▶ Work task
Retype each line exactly as it stands, beginning at the first line of the material and finishing with the line that contains "# Sketch1 → Boss-Extrude1 (new body)".

▶ Exercise data
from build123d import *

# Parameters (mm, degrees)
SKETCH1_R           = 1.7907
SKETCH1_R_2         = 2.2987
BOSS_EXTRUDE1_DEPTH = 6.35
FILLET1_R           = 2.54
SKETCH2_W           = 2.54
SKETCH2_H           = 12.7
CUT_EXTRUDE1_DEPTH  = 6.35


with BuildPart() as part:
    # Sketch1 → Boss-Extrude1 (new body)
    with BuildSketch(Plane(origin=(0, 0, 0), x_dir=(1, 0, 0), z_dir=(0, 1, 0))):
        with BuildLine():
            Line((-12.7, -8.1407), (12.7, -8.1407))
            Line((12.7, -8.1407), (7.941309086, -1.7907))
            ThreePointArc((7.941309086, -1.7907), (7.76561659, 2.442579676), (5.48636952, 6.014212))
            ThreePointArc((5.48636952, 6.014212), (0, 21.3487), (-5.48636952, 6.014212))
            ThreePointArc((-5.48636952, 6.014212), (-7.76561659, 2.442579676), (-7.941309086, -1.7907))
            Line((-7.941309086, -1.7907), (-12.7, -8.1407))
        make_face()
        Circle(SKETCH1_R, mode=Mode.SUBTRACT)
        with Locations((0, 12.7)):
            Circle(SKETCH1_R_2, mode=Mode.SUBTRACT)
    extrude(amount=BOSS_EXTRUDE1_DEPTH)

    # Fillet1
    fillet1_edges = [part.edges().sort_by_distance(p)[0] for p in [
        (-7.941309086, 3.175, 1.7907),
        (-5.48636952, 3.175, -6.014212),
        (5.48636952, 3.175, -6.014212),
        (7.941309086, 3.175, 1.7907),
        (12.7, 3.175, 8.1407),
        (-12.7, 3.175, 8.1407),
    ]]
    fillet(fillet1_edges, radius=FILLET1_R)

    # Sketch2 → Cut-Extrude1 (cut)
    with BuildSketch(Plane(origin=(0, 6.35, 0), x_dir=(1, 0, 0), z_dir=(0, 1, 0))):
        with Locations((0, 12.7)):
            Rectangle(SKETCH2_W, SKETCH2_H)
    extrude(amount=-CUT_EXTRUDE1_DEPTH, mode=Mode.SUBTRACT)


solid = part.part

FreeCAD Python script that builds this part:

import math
import FreeCAD as App
import Part
import Sketcher
from FreeCAD import Vector
Q = App.Units.Quantity


def edges_at(feature, points):
    """Names of the edges that pass closest to the given points."""
    edges = feature.Shape.Edges
    near = lambda p: min(range(len(edges)), key=lambda i: edges[i].distToShape(Part.Vertex(*p))[0])
    return sorted({f"Edge{near(p) + 1}" for p in points})


def add_polygon(sketch, points):
    """Adds a closed chain of lines whose ends are joined by coincident constraints."""
    first, n = sketch.GeometryCount, len(points)
    for a, b in zip(points, points[1:] + points[:1]):
        sketch.addGeometry(Part.LineSegment(App.Vector(*a, 0), App.Vector(*b, 0)), False)
    for i in range(n):
        sketch.addConstraint(Sketcher.Constraint("Coincident", first + i, 2, first + (i + 1) % n, 1))

doc = App.newDocument("Part")
body = doc.addObject("PartDesign::Body", "Body")

# Sketch on XZ plane
sketch1 = doc.addObject("Sketcher::SketchObject", "Sketch")
body.addObject(sketch1)
sketch1.AttachmentSupport = (doc.XZ_Plane, [""])
sketch1.MapMode = "FlatFace"
sketch1.addGeometry([
    Part.LineSegment(Vector(-12.7, 8.1, 0), Vector(12.7, 8.1, 0)),  # 0
    Part.LineSegment(Vector(12.7, 8.1, 0), Vector(7.9, 1.8, 0)),  # 1
    Part.ArcOfCircle(Part.Circle(Vector(0, 0, 0), Vector(0, 0, 1), 8.1), math.radians(-48), math.radians(13)),  # 2
    Part.ArcOfCircle(Part.Circle(Vector(0, -12.7, 0), Vector(0, 0, 1), 8.6), math.radians(129), math.radians(411)),  # 3
    Part.ArcOfCircle(Part.Circle(Vector(0, 0, 0), Vector(0, 0, 1), 8.1), math.radians(167), math.radians(228)),  # 4
    Part.LineSegment(Vector(-7.9, 1.8, 0), Vector(-12.7, 8.1, 0)),  # 5
    Part.Circle(Vector(0, 0, 0), Vector(0, 0, 1), 1.8),  # 6
    Part.Circle(Vector(0, -12.7, 0), Vector(0, 0, 1), 2.3),  # 7
], False)
sketch1.addConstraint([
    Sketcher.Constraint("Coincident", 0, 2, 1, 1),
    Sketcher.Constraint("Coincident", 1, 2, 2, 2),
    Sketcher.Constraint("Coincident", 2, 1, 3, 2),
    Sketcher.Constraint("Coincident", 3, 1, 4, 2),
    Sketcher.Constraint("Coincident", 4, 1, 5, 1),
    Sketcher.Constraint("Coincident", 5, 2, 0, 1),
    Sketcher.Constraint("Horizontal", 0),
    Sketcher.Constraint("Coincident", 2, 3, -1, 1),
    Sketcher.Constraint("Coincident", 4, 3, -1, 1),
    Sketcher.Constraint("Coincident", 6, 3, -1, 1),
    Sketcher.Constraint("Coincident", 7, 3, 3, 3),
    Sketcher.Constraint("Equal", 2, 4),
    Sketcher.Constraint("PointOnObject", 3, 3, -2),
    Sketcher.Constraint("Horizontal", 1, 2, 4, 1),
    Sketcher.Constraint("Equal", 1, 5),
    Sketcher.Constraint("DistanceX", 0, 1, 0, 2, Q("1 in")),
    Sketcher.Constraint("Diameter", 6, Q("0.141 in")),
    Sketcher.Constraint("Diameter", 7, Q("0.181 in")),
    Sketcher.Constraint("DistanceY", 3, 3, -1, 1, Q("0.5 in")),
    Sketcher.Constraint("Radius", 2, Q("0.3205 in")),
    Sketcher.Constraint("Radius", 3, Q("0.3405 in")),
    Sketcher.Constraint("DistanceY", 1, 2, 0, 2, Q("0.25 in")),
    Sketcher.Constraint("DistanceY", -1, 1, 0, 2, Q("0.3205 in")),
])
pad1 = doc.addObject("PartDesign::Pad", "Pad")
body.addObject(pad1)
pad1.Profile = sketch1
pad1.Length = Q("0.25 in")
pad1.Reversed = True
doc.recompute()

fillet = doc.addObject("PartDesign::Fillet", "Fillet")
body.addObject(fillet)
fillet.Base = (pad1, edges_at(pad1, [
    (-7.941, 3.175, 1.791),
    (-5.486, 3.175, -6.014),
    (5.486, 3.175, -6.014),
    (7.941, 3.175, 1.791),
    (12.7, 3.175, 8.141),
    (-12.7, 3.175, 8.141),
]))
fillet.Radius = Q("0.1 in")

# Sketch on XZ plane
sketch2 = doc.addObject("Sketcher::SketchObject", "Sketch001")
body.addObject(sketch2)
sketch2.AttachmentSupport = (doc.XZ_Plane, [""])
sketch2.MapMode = "FlatFace"
sketch2.AttachmentOffset = App.Placement(Vector(0, 0, -0.25 * 25.4), App.Rotation())
add_polygon(sketch2, [(-1.3, -19.1), (-1.3, -6.3), (1.3, -6.3), (1.3, -19.1)])  # lines 0-3
sketch2.addConstraint([
    Sketcher.Constraint("Vertical", 0),
    Sketcher.Constraint("Horizontal", 1),
    Sketcher.Constraint("Vertical", 2),
    Sketcher.Constraint("Horizontal", 3),
    Sketcher.Constraint("DistanceX", 1, 1, 1, 2, Q("0.1 in")),
    Sketcher.Constraint("DistanceY", 0, 1, 0, 2, Q("0.5 in")),
    Sketcher.Constraint("DistanceX", 0, 2, -1, 1, Q("0.05 in")),
    Sketcher.Constraint("DistanceY", 0, 2, -1, 1, Q("0.25 in")),
])
pocket1 = doc.addObject("PartDesign::Pocket", "Pocket")
body.addObject(pocket1)
pocket1.Profile = sketch2
pocket1.Length = Q("0.25 in")
pocket1.Reversed = True

doc.recompute()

▶ Your solution
from build123d import *

# Parameters (mm, degrees)
SKETCH1_R           = 1.7907
SKETCH1_R_2         = 2.2987
BOSS_EXTRUDE1_DEPTH = 6.35
FILLET1_R           = 2.54
SKETCH2_W           = 2.54
SKETCH2_H           = 12.7
CUT_EXTRUDE1_DEPTH  = 6.35


with BuildPart() as part:
    # Sketch1 → Boss-Extrude1 (new body)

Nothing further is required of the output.